Institute of Public Health and Nursing Research, University of Bremen, Bremen, Germany
High Profile Area Health Sciences, University of Bremen, Bremen, Germany.
BMJ Open. 2022 Jun 30;12(6):e063475. doi: 10.1136/bmjopen-2022-063475.
We perform and evaluate record linkage of German Care Needs Assessment (CNA) data to Statutory Health Insurance (SHI) claims data. The resulting dataset should enable the identification of factors in healthcare predicting the time between the onset of long-term care dependency and the admission to a nursing home in Germany in subsequent analyses.
A deterministic record linkage was conducted using the key variables region, sex, date of birth and care level. In further steps, the underlying cause of care dependency (International Statistical Classification of Diseases and Related Health Problems, 10th revision (ICD-10)) was added for a higher level of distinction. Before linkage, the suitability of the two datasets for these procedures was assessed. After linkage, the results of each stage were analysed and the resulting dataset was evaluated cross-sectionally with respect to bias generated through this process.

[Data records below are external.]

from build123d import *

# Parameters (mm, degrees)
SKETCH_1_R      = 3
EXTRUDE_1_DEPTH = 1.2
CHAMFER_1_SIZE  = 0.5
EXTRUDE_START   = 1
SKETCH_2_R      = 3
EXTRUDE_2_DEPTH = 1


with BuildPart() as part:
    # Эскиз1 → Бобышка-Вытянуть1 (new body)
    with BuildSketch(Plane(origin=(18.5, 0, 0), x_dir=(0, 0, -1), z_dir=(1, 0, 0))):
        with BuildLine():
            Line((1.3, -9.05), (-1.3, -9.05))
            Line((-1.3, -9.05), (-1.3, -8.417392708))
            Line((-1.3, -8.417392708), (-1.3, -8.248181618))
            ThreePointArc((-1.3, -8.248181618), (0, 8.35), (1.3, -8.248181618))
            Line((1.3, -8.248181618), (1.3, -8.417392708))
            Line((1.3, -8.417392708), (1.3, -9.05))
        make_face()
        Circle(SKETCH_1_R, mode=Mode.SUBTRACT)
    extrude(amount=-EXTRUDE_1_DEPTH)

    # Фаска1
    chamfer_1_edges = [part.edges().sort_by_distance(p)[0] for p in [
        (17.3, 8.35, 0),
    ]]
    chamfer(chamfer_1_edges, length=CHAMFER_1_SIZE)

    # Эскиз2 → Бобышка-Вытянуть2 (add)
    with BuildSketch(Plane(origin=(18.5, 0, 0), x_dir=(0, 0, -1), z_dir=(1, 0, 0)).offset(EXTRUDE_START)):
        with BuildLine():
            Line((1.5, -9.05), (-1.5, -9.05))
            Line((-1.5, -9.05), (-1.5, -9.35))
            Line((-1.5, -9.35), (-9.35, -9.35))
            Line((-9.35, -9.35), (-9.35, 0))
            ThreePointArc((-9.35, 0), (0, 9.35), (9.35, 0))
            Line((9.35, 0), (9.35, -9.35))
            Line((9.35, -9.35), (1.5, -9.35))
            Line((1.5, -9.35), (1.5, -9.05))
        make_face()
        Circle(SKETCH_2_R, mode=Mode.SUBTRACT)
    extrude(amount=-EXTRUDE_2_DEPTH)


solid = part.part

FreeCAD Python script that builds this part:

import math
import FreeCAD as App
import Part
import Sketcher
Q = App.Units.Quantity


def edges_at(feature, points):
    """Names of the edges that pass closest to the given points."""
    edges = feature.Shape.Edges
    near = lambda p: min(range(len(edges)), key=lambda i: edges[i].distToShape(Part.Vertex(*p))[0])
    return sorted({f"Edge{near(p) + 1}" for p in points})

doc = App.newDocument("Part")
body = doc.addObject("PartDesign::Body", "Body")

# Sketch on YZ plane
sketch1 = doc.addObject("Sketcher::SketchObject", "Sketch")
body.addObject(sketch1)
sketch1.AttachmentSupport = (doc.YZ_Plane, [""])
sketch1.MapMode = "FlatFace"
sketch1.AttachmentOffset = App.Placement(App.Vector(0, 0, 18.5), App.Rotation())
sketch1.addGeometry([
    Part.LineSegment(App.Vector(-9.1, 1.3, 0), App.Vector(-9.1, -1.3, 0)),  # 0
    Part.LineSegment(App.Vector(-9.1, -1.3, 0), App.Vector(-8.2, -1.3, 0)),  # 1
    Part.ArcOfCircle(Part.Circle(App.Vector(0, 0, 0), App.Vector(0, 0, 1), 8.3), math.radians(-171), math.radians(171)),  # 2
    Part.LineSegment(App.Vector(-8.2, 1.3, 0), App.Vector(-9.1, 1.3, 0)),  # 3
    Part.Circle(App.Vector(0, 0, 0), App.Vector(0, 0, 1), 3),  # 4
], False)
sketch1.addConstraint([
    Sketcher.Constraint("Coincident", 0, 2, 1, 1),
    Sketcher.Constraint("Coincident", 1, 2, 2, 1),
    Sketcher.Constraint("Coincident", 2, 2, 3, 1),
    Sketcher.Constraint("Coincident", 3, 2, 0, 1),
    Sketcher.Constraint("Vertical", 0),
    Sketcher.Constraint("Horizontal", 1),
    Sketcher.Constraint("Horizontal", 3),
    Sketcher.Constraint("Coincident", 2, 3, -1, 1),
    Sketcher.Constraint("Coincident", 4, 3, -1, 1),
    Sketcher.Constraint("Vertical", 1, 2, 2, 2),
    Sketcher.Constraint("Diameter", 4, Q("6 mm")),
    Sketcher.Constraint("Radius", 2, Q("8.35 mm")),
    Sketcher.Constraint("DistanceY", 0, 2, 0, 1, Q("2.6 mm")),
    Sketcher.Constraint("DistanceX", 0, 2, -1, 1, Q("9.05 mm")),
])
pad1 = doc.addObject("PartDesign::Pad", "Pad")
body.addObject(pad1)
pad1.Profile = sketch1
pad1.Length = 1.2
pad1.Reversed = True
doc.recompute()

chamfer = doc.addObject("PartDesign::Chamfer", "Chamfer")
body.addObject(chamfer)
chamfer.Base = (pad1, edges_at(pad1, [(17.3, 8.35, 0)]))
chamfer.Size = 0.5

# Sketch on YZ plane
sketch2 = doc.addObject("Sketcher::SketchObject", "Sketch001")
body.addObject(sketch2)
sketch2.AttachmentSupport = (doc.YZ_Plane, [""])
sketch2.MapMode = "FlatFace"
sketch2.AttachmentOffset = App.Placement(App.Vector(0, 0, 19.5), App.Rotation())
sketch2.addGeometry([
    Part.LineSegment(App.Vector(-9.05, 1.5, 0), App.Vector(-9.05, -1.5, 0)),  # 0
    Part.LineSegment(App.Vector(-9.05, -1.5, 0), App.Vector(-9.35, -1.5, 0)),  # 1
    Part.LineSegment(App.Vector(-9.35, -1.5, 0), App.Vector(-9.35, -9.35, 0)),  # 2
    Part.LineSegment(App.Vector(-9.35, -9.35, 0), App.Vector(0, -9.35, 0)),  # 3
    Part.ArcOfCircle(Part.Circle(App.Vector(0, 0, 0), App.Vector(0, 0, 1), 9.35), math.radians(-90), math.radians(90)),  # 4
    Part.LineSegment(App.Vector(0, 9.35, 0), App.Vector(-9.35, 9.35, 0)),  # 5
    Part.LineSegment(App.Vector(-9.35, 9.35, 0), App.Vector(-9.35, 1.5, 0)),  # 6
    Part.LineSegment(App.Vector(-9.35, 1.5, 0), App.Vector(-9.05, 1.5, 0)),  # 7
    Part.Circle(App.Vector(0, 0, 0), App.Vector(0, 0, 1), 3),  # 8
], False)
sketch2.addConstraint([
    Sketcher.Constraint("Coincident", 0, 2, 1, 1),
    Sketcher.Constraint("Coincident", 1, 2, 2, 1),
    Sketcher.Constraint("Coincident", 2, 2, 3, 1),
    Sketcher.Constraint("Tangent", 3, 2, 4, 1),
    Sketcher.Constraint("Tangent", 4, 2, 5, 1),
    Sketcher.Constraint("Coincident", 5, 2, 6, 1),
    Sketcher.Constraint("Coincident", 6, 2, 7, 1),
    Sketcher.Constraint("Coincident", 7, 2, 0, 1),
    Sketcher.Constraint("Vertical", 0),
    Sketcher.Constraint("Horizontal", 1),
    Sketcher.Constraint("Vertical", 2),
    Sketcher.Constraint("Horizontal", 3),
    Sketcher.Constraint("Horizontal", 5),
    Sketcher.Constraint("Vertical", 6),
    Sketcher.Constraint("Horizontal", 7),
    Sketcher.Constraint("Coincident", 4, 3, -1, 1),
    Sketcher.Constraint("Coincident", 8, 3, -1, 1),
    Sketcher.Constraint("Symmetric", 1, 2, 6, 2, -1),
    Sketcher.Constraint("Diameter", 8, Q("6 mm")),
    Sketcher.Constraint("DistanceY", 0, 2, 0, 1, Q("3 mm")),
    Sketcher.Constraint("Radius", 4, Q("9.35 mm")),
    Sketcher.Constraint("DistanceX", 1, 2, 1, 1, Q("0.3 mm")),
    Sketcher.Constraint("DistanceX", 3, 1, 3, 2, Q("9.35 mm")),
])
pad2 = doc.addObject("PartDesign::Pad", "Pad001")
body.addObject(pad2)
pad2.Profile = sketch2
pad2.Length = 1
pad2.Reversed = True

doc.recompute()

The study comprises data from the German SHI and Statutory Long-Term Care Insurance.
The study cohort comprised 158 069 individuals who became care dependent in 2006. We obtained CNA data for the year 2006 including 188 935 individuals.
We could link CNAs to 66 310 individuals of the original study cohort, corresponding to 42.0%. Records from two federal states could not be matched due to missing data. Linkage rates were lower where more people shared the same attributes. The resulting dataset showed minor differences regarding age, sex and care level compared to the original cohort.
Data linkage between German SHI claims data and CNA data is feasible. Failure to link was mostly attributable to a lack of distinction between individuals using available identifiers. The resulting dataset contains relevant information from both health services provision and functional status of care dependent people and is suitable for further analyses with critical reflection of representativity.
我们对德国护理需求评估(CNA)数据与法定健康保险(SHI)索赔数据进行记录链接,并对其进行评估。在后续分析中,由此产生的数据集应能够识别医疗保健中预测长期护理依赖发病和入住德国疗养院之间时间的因素。
使用区域、性别、出生日期和护理级别等关键变量进行确定性记录链接。在进一步的步骤中,为了更高的区分度,添加了护理依赖的根本原因(国际疾病分类和相关健康问题第十次修订版(ICD-10))。在链接之前,评估了这两个数据集是否适合这些程序。链接后,分析每个阶段的结果,并从横断面的角度评估由此产生的数据集,以了解该过程产生的偏差。
该研究包括德国 SHI 和法定长期护理保险的数据。
研究队列包括 2006 年依赖护理的 158069 人。我们获得了 2006 年包括 188935 人的 CNA 数据。
我们可以将 CNA 链接到原始研究队列中的 66310 人,占 42.0%。由于数据缺失,两个联邦州的记录无法匹配。记录匹配率在具有相同属性的人越多的情况下越低。与原始队列相比,由此产生的数据集在年龄、性别和护理水平方面差异较小。
德国 SHI 索赔数据与 CNA 数据之间的数据链接是可行的。链接失败主要归因于使用可用标识符对个体的区分度不够。由此产生的数据集包含了来自健康服务提供和护理依赖者功能状态的相关信息,并且适合在对代表性进行批判性反思的情况下进行进一步分析。